Zusammenfassung
Der SEPA-Credit-Transfer entspricht der bisherigen Überweisung. Der Zahlungspflichtige erteilt seiner Bank den Auftrag, einen bestimmten Betrag dem Zahlungsempfänger auf dessen Konto bei seiner Bank gutzuschreiben. Dieser Vorgang ist, sobald die Bank ihn ausgeführt hat, unwiderruflich. Der Zahler kann also den überwiesenen Betrag nicht zurückbuchen lassen.
Wichtig: Bedingungen der Bank
Die Banken können auch nach Erhalt des Überweisungsauftrages auf dessen Ausführung Einfluss nehmen. Solange der Auftrag noch nicht an die Clearingstelle weitergeleitet ist, kann der Vorgang bankintern gestoppt werden. Ob die Bank das will, hängt von ihren allgemeinen Bedingungen ab und vom Verhältnis zwischen Bank und Auftraggeber. Das bleibt auch unter SEPA so.

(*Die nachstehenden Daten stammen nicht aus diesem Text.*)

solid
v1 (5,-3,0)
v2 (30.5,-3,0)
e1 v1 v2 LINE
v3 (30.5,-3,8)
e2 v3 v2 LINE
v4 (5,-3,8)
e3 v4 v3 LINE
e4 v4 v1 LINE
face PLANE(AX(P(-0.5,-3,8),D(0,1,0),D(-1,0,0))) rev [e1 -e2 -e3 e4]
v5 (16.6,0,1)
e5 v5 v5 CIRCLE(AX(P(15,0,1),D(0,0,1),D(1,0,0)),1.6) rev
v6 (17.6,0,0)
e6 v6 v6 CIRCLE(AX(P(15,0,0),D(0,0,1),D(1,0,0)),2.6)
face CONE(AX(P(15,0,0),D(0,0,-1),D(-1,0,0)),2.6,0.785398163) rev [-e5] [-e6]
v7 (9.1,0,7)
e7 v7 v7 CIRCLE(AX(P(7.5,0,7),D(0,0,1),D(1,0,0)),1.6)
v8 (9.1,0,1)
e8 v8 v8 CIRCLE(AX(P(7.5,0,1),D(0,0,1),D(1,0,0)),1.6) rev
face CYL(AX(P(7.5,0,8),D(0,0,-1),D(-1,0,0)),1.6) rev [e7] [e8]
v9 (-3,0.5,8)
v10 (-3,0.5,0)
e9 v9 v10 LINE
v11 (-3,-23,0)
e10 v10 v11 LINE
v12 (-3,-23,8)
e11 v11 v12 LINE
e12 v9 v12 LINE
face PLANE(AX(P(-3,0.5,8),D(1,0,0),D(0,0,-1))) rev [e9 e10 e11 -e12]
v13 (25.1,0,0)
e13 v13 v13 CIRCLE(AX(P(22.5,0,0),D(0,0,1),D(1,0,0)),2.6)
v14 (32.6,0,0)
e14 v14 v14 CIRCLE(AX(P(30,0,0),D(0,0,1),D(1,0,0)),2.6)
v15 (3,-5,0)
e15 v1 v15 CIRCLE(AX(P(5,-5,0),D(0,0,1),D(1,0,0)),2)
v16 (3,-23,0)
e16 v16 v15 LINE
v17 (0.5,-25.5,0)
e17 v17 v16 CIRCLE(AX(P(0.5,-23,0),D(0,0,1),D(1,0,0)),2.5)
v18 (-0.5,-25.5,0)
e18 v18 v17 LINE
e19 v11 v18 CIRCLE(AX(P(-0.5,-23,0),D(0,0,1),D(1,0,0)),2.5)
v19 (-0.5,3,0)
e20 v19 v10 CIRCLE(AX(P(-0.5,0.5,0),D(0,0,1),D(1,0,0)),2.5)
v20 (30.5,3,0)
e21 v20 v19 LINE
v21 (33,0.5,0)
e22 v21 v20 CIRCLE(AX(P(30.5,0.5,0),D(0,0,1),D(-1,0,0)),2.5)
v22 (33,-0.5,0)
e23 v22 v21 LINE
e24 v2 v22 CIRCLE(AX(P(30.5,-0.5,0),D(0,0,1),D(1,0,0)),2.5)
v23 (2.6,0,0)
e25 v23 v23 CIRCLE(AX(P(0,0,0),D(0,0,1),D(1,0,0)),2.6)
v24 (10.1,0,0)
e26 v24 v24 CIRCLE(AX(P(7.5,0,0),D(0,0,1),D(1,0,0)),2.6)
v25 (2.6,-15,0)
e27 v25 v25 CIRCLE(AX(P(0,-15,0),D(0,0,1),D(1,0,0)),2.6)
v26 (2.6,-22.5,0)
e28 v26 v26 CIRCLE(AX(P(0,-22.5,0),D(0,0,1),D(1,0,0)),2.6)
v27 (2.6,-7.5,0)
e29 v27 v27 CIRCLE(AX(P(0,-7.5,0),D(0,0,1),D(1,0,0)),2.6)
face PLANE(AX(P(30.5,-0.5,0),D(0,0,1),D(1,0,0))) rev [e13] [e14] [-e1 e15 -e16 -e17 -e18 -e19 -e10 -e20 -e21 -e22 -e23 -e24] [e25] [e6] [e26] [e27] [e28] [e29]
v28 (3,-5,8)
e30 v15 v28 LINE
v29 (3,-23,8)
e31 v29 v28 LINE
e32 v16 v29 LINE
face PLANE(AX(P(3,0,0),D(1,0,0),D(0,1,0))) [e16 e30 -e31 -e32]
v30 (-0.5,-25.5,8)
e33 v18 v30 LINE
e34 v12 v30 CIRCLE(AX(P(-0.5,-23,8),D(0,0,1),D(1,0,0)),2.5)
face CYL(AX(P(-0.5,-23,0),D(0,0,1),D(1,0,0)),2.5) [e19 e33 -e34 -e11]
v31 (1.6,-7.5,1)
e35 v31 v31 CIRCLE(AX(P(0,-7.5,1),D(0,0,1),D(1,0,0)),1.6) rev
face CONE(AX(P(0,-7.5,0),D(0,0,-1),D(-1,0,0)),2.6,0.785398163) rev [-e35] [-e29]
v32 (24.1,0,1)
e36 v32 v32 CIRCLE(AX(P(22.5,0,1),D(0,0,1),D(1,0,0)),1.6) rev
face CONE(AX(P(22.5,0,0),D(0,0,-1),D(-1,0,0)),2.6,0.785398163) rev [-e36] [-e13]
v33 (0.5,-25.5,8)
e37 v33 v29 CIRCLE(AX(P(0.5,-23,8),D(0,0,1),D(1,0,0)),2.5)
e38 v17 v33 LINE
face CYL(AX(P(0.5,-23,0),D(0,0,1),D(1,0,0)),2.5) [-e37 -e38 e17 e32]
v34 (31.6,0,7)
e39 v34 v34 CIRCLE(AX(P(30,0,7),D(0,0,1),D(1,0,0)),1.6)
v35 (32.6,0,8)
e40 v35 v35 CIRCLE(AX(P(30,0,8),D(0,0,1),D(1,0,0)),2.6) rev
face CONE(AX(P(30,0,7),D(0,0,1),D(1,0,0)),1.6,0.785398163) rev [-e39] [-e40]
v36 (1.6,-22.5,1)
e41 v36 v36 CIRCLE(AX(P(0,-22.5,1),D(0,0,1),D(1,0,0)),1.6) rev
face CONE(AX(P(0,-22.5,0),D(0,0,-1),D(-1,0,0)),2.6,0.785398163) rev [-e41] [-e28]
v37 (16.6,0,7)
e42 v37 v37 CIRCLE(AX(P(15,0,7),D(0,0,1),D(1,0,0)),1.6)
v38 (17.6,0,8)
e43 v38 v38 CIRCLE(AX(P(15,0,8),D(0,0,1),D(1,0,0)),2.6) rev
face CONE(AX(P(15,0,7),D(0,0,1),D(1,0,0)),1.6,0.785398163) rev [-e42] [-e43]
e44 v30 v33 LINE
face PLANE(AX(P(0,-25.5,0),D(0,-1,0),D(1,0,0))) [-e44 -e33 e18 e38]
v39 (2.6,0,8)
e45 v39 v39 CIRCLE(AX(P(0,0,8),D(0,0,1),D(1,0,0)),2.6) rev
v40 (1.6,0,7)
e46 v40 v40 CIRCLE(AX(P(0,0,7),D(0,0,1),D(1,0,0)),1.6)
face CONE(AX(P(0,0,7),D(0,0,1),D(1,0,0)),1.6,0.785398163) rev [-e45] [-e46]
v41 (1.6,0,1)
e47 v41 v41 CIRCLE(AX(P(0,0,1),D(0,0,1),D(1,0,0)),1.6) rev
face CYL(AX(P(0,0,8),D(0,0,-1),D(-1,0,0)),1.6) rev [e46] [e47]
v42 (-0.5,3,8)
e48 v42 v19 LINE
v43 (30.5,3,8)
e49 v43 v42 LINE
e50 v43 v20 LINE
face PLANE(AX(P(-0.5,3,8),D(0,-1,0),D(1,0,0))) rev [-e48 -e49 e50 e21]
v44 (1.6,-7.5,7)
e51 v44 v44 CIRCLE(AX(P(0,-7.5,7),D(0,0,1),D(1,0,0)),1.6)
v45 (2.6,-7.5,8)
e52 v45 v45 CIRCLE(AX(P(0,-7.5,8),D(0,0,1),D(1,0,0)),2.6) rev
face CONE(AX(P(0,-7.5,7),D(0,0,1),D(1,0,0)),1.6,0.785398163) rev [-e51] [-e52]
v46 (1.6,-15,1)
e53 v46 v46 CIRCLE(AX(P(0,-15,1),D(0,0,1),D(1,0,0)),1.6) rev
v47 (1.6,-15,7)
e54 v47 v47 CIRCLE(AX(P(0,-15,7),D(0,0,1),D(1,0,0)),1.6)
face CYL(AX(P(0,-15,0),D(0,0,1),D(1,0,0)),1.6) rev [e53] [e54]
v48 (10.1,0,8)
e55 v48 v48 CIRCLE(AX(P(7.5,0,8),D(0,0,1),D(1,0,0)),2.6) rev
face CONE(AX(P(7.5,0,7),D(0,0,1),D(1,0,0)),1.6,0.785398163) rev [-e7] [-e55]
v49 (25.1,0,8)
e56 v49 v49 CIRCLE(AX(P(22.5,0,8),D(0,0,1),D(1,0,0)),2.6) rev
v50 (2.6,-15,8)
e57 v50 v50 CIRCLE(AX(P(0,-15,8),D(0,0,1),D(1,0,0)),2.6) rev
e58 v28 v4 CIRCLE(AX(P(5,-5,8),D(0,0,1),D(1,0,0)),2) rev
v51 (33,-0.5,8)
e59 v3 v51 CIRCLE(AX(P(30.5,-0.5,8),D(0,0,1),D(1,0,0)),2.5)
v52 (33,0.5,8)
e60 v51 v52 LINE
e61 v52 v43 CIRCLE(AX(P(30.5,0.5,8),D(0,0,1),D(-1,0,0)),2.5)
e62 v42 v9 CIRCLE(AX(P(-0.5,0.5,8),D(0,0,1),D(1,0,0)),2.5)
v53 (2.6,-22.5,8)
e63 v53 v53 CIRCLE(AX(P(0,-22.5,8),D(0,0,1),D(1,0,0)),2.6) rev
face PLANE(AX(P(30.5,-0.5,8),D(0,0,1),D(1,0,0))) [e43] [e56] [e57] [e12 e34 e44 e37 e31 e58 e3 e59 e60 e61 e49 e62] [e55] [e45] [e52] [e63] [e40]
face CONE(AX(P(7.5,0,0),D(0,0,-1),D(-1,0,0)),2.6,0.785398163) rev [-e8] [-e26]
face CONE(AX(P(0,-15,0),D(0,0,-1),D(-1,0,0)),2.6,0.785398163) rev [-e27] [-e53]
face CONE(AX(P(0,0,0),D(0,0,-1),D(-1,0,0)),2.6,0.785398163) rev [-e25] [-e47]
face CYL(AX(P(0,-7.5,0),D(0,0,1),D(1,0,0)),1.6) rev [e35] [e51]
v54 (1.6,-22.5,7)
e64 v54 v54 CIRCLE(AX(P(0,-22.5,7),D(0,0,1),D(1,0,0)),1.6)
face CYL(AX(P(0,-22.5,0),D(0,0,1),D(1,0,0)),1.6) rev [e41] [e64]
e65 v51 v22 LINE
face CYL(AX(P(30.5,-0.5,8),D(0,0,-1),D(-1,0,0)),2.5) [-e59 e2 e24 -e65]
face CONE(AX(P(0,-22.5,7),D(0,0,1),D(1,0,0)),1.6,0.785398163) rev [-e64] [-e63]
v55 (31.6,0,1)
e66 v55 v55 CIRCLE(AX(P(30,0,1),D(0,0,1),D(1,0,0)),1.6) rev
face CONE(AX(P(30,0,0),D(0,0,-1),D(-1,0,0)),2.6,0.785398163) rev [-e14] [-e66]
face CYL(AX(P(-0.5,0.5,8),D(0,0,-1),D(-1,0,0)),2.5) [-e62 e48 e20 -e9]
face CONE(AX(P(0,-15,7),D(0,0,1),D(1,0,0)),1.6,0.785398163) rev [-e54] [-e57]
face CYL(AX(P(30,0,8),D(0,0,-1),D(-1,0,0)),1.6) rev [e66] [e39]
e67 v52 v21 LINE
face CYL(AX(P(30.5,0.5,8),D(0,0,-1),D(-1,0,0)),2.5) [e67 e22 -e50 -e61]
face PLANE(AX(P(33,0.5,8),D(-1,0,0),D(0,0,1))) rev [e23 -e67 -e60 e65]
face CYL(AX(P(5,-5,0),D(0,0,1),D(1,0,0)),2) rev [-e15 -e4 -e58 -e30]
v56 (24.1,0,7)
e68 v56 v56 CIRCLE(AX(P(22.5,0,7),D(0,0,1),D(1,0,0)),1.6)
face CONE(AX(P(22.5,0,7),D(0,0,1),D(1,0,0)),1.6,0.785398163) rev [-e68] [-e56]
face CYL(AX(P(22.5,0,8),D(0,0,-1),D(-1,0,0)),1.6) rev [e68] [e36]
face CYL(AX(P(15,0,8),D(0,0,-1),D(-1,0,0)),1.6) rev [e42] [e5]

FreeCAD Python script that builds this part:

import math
import FreeCAD as App
import Part
import Sketcher
Q = App.Units.Quantity


def edges_at(feature, points):
    """Names of the edges that pass closest to the given points."""
    edges = feature.Shape.Edges
    near = lambda p: min(range(len(edges)), key=lambda i: edges[i].distToShape(Part.Vertex(*p))[0])
    return sorted({f"Edge{near(p) + 1}" for p in points})

doc = App.newDocument("Part")
params = doc.addObject("Spreadsheet::Sheet", "Params")
for row, (alias, value) in enumerate([
    ("sketch1_diameter", "3.2 mm"),
    ("sketch1_radius", "2.5 mm"),
    ("sketch1_width", "31 mm"),
    ("sketch1_height", "1 mm"),
    ("pad1_length", "8 mm"),
    ("chamfer_size", "1 mm"),
    ("sketch2_diameter", "3.2 mm"),
    ("sketch2_radius", "2.5 mm"),
    ("sketch2_width", "1 mm"),
    ("sketch2_height", "20 mm"),
    ("pad2_length", "8 mm"),
    ("fillet_radius", "2 mm"),
    ("chamfer2_size", "1 mm"),
], start=1):
    params.set(f"A{row}", alias)
    params.set(f"B{row}", "=" + value)
    params.setAlias(f"B{row}", alias)

body = doc.addObject("PartDesign::Body", "Body")

sketch1 = body.newObject("Sketcher::SketchObject", "Sketch")
sketch1.AttachmentSupport = (doc.getObject("XY_Plane"), [""])
sketch1.MapMode = "FlatFace"
sketch1.addGeometry([
    Part.LineSegment(App.Vector(30.5, 3, 0), App.Vector(-0.5, 3, 0)),
    Part.ArcOfCircle(Part.Circle(App.Vector(-0.5, 0.5, 0), App.Vector(0, 0, 1), 2.5), math.radians(90), math.radians(180)),
    Part.LineSegment(App.Vector(-3, 0.5, 0), App.Vector(-3, -0.5, 0)),
    Part.ArcOfCircle(Part.Circle(App.Vector(-0.5, -0.5, 0), App.Vector(0, 0, 1), 2.5), math.radians(180), math.radians(270)),
    Part.LineSegment(App.Vector(-0.5, -3, 0), App.Vector(30.5, -3, 0)),
    Part.ArcOfCircle(Part.Circle(App.Vector(30.5, -0.5, 0), App.Vector(0, 0, 1), 2.5), math.radians(-90), math.radians(0)),
    Part.LineSegment(App.Vector(33, -0.5, 0), App.Vector(33, 0.5, 0)),
    Part.ArcOfCircle(Part.Circle(App.Vector(30.5, 0.5, 0), App.Vector(0, 0, 1), 2.5), math.radians(0), math.radians(90)),
    Part.Circle(App.Vector(30, 0, 0), App.Vector(0, 0, 1), 1.6),
    Part.Circle(App.Vector(22.5, 0, 0), App.Vector(0, 0, 1), 1.6),
    Part.Circle(App.Vector(15, 0, 0), App.Vector(0, 0, 1), 1.6),
    Part.Circle(App.Vector(7.5, 0, 0), App.Vector(0, 0, 1), 1.6),
    Part.Circle(App.Vector(0, 0, 0), App.Vector(0, 0, 1), 1.6),
], False)
sketch1.addConstraint([
    Sketcher.Constraint("Tangent", 0, 2, 1, 1),
    Sketcher.Constraint("Tangent", 1, 2, 2, 1),
    Sketcher.Constraint("Tangent", 2, 2, 3, 1),
    Sketcher.Constraint("Tangent", 3, 2, 4, 1),
    Sketcher.Constraint("Tangent", 4, 2, 5, 1),
    Sketcher.Constraint("Tangent", 5, 2, 6, 1),
    Sketcher.Constraint("Tangent", 6, 2, 7, 1),
    Sketcher.Constraint("Tangent", 7, 2, 0, 1),
    Sketcher.Constraint("Horizontal", 0),
    Sketcher.Constraint("Vertical", 2),
    Sketcher.Constraint("Horizontal", 4),
    Sketcher.Constraint("Vertical", 6),
    Sketcher.Constraint("Coincident", 12, 3, -1, 1),
    Sketcher.Constraint("Equal", 1, 3),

Die Ausführung des Transfers ist ein eigenes Rechtsgeschäft zwischen dem Kontoinhaber und der Bank. Es ist nicht abhängig von dem Schuldverhältnis, das zwischen dem Zahlungspflichtigen und dem Zahlungsempfänger besteht. Der Transfer zwischen den Banken erfolgt über eine Clearingstelle, die eine Verrechnung der Zahlungsströme aller Banken im In- und Ausland vornimmt. Haben Zahlungspflichtiger und Zahlungsempfänger das Konto bei der gleichen Bank, erfolgt die Verrechnung bankintern ohne Clearingstelle.

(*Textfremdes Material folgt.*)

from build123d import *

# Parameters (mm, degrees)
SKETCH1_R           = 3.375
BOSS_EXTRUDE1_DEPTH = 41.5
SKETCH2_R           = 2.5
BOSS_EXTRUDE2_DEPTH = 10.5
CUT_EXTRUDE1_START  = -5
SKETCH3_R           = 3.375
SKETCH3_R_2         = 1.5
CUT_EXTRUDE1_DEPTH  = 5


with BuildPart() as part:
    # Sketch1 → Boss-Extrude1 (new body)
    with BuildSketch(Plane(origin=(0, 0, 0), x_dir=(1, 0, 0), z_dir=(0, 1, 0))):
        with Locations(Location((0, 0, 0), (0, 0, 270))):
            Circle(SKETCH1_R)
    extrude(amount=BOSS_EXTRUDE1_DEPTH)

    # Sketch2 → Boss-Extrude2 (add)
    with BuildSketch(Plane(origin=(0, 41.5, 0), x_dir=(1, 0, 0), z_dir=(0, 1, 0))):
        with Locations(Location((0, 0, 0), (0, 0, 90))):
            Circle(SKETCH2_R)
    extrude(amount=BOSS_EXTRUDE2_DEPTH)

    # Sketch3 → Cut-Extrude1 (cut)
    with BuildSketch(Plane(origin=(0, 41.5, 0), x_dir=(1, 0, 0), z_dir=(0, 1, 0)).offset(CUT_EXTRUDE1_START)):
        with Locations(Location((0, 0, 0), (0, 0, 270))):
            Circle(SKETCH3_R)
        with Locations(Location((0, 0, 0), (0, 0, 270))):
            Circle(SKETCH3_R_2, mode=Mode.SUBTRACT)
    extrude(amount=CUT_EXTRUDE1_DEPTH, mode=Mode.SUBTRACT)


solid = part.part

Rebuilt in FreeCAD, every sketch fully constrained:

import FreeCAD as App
import Part
import Sketcher

V = App.Vector
Q = App.Units.Quantity

doc = App.newDocument("Part")
params = doc.addObject("Spreadsheet::Sheet", "Params")
for row, (alias, value) in enumerate([
    ("sketch1_diameter", "6.75 mm"),
    ("pad1_length", "41.5 mm"),
    ("sketch2_diameter", "5 mm"),
    ("pad2_length", "10.5 mm"),
    ("sketch3_diameter", "3 mm"),
    ("sketch3_diameter2", "6.75 mm"),
    ("pocket1_length", "5 mm"),
], start=1):
    params.set(f"A{row}", alias)
    params.set(f"B{row}", "=" + value)
    params.setAlias(f"B{row}", alias)

body = doc.addObject("PartDesign::Body", "Body")

# Sketch on XZ plane
sketch1 = body.newObject("Sketcher::SketchObject", "Sketch")
sketch1.AttachmentSupport = (doc.getObject("XZ_Plane"), [""])
sketch1.MapMode = "FlatFace"
sketch1.addGeometry(Part.Circle(V(0, 0, 0), V(0, 0, 1), 3.375), False)
sketch1.addConstraint(Sketcher.Constraint("Coincident", 0, 3, -1, 1))
sketch1.addConstraint(Sketcher.Constraint("Diameter", 0, Q("6.75 mm")))
sketch1.setExpression("Constraints[1]", "Params.sketch1_diameter")
pad1 = body.newObject("PartDesign::Pad", "Pad")
pad1.Profile = sketch1
pad1.setExpression("Length", "Params.pad1_length")
pad1.Reversed = True

# Sketch on XZ plane
sketch2 = body.newObject("Sketcher::SketchObject", "Sketch001")
sketch2.AttachmentSupport = (doc.getObject("XZ_Plane"), [""])
sketch2.MapMode = "FlatFace"
sketch2.AttachmentOffset = App.Placement(V(0, 0, -41.5), App.Rotation())
sketch2.addGeometry(Part.Circle(V(0, 0, 0), V(0, 0, 1), 2.5), False)
sketch2.addConstraint(Sketcher.Constraint("Coincident", 0, 3, -1, 1))
sketch2.addConstraint(Sketcher.Constraint("Diameter", 0, Q("5 mm")))
sketch2.setExpression("Constraints[1]", "Params.sketch2_diameter")
pad2 = body.newObject("PartDesign::Pad", "Pad001")
pad2.Profile = sketch2
pad2.setExpression("Length", "Params.pad2_length")
pad2.Reversed = True

# Sketch on XZ plane
sketch3 = body.newObject("Sketcher::SketchObject", "Sketch002")
sketch3.AttachmentSupport = (doc.getObject("XZ_Plane"), [""])
sketch3.MapMode = "FlatFace"
sketch3.AttachmentOffset = App.Placement(V(0, 0, -36.5), App.Rotation())
sketch3.addGeometry(Part.Circle(V(0, 0, 0), V(0, 0, 1), 3.375), False)
sketch3.addGeometry(Part.Circle(V(0, 0, 0), V(0, 0, 1), 1.5), False)
sketch3.addConstraint(Sketcher.Constraint("Coincident", 0, 3, -1, 1))
sketch3.addConstraint(Sketcher.Constraint("Coincident", 1, 3, -1, 1))
sketch3.addConstraint(Sketcher.Constraint("Diameter", 1, Q("3 mm")))
sketch3.addConstraint(Sketcher.Constraint("Diameter", 0, Q("6.75 mm")))
sketch3.setExpression("Constraints[2]", "Params.sketch3_diameter")
sketch3.setExpression("Constraints[3]", "Params.sketch3_diameter2")
pocket1 = body.newObject("PartDesign::Pocket", "Pocket")
pocket1.Profile = sketch3
pocket1.setExpression("Length", "Params.pocket1_length")

doc.recompute()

Der Ablauf mit Clearingstelle wird in der folgenden Grafik dargestellt.
Abb. 1: Schematische Darstellung der Abwicklung einer Überweisung
1 Die Kontoidentifikation
Damit die Clearingstelle den Überweisungsbetrag der richtigen Bank positiv verrechnen und damit die Empfängerbank diesen Betrag dem richtigen Konto gutschreiben kann, ist eine eindeutige Identifikation von Bank und Konto notwendig. Dazu gibt es unter SEPA zwei eindeutige Nummern BIC und IBAN.
1.1 Der Bank Identifier Code (BIC)
Der BIC (Banken-Identifierungsschlüssel) ist in Deutschland und in den anderen SEPA-Ländern nur noch bis Februar 2...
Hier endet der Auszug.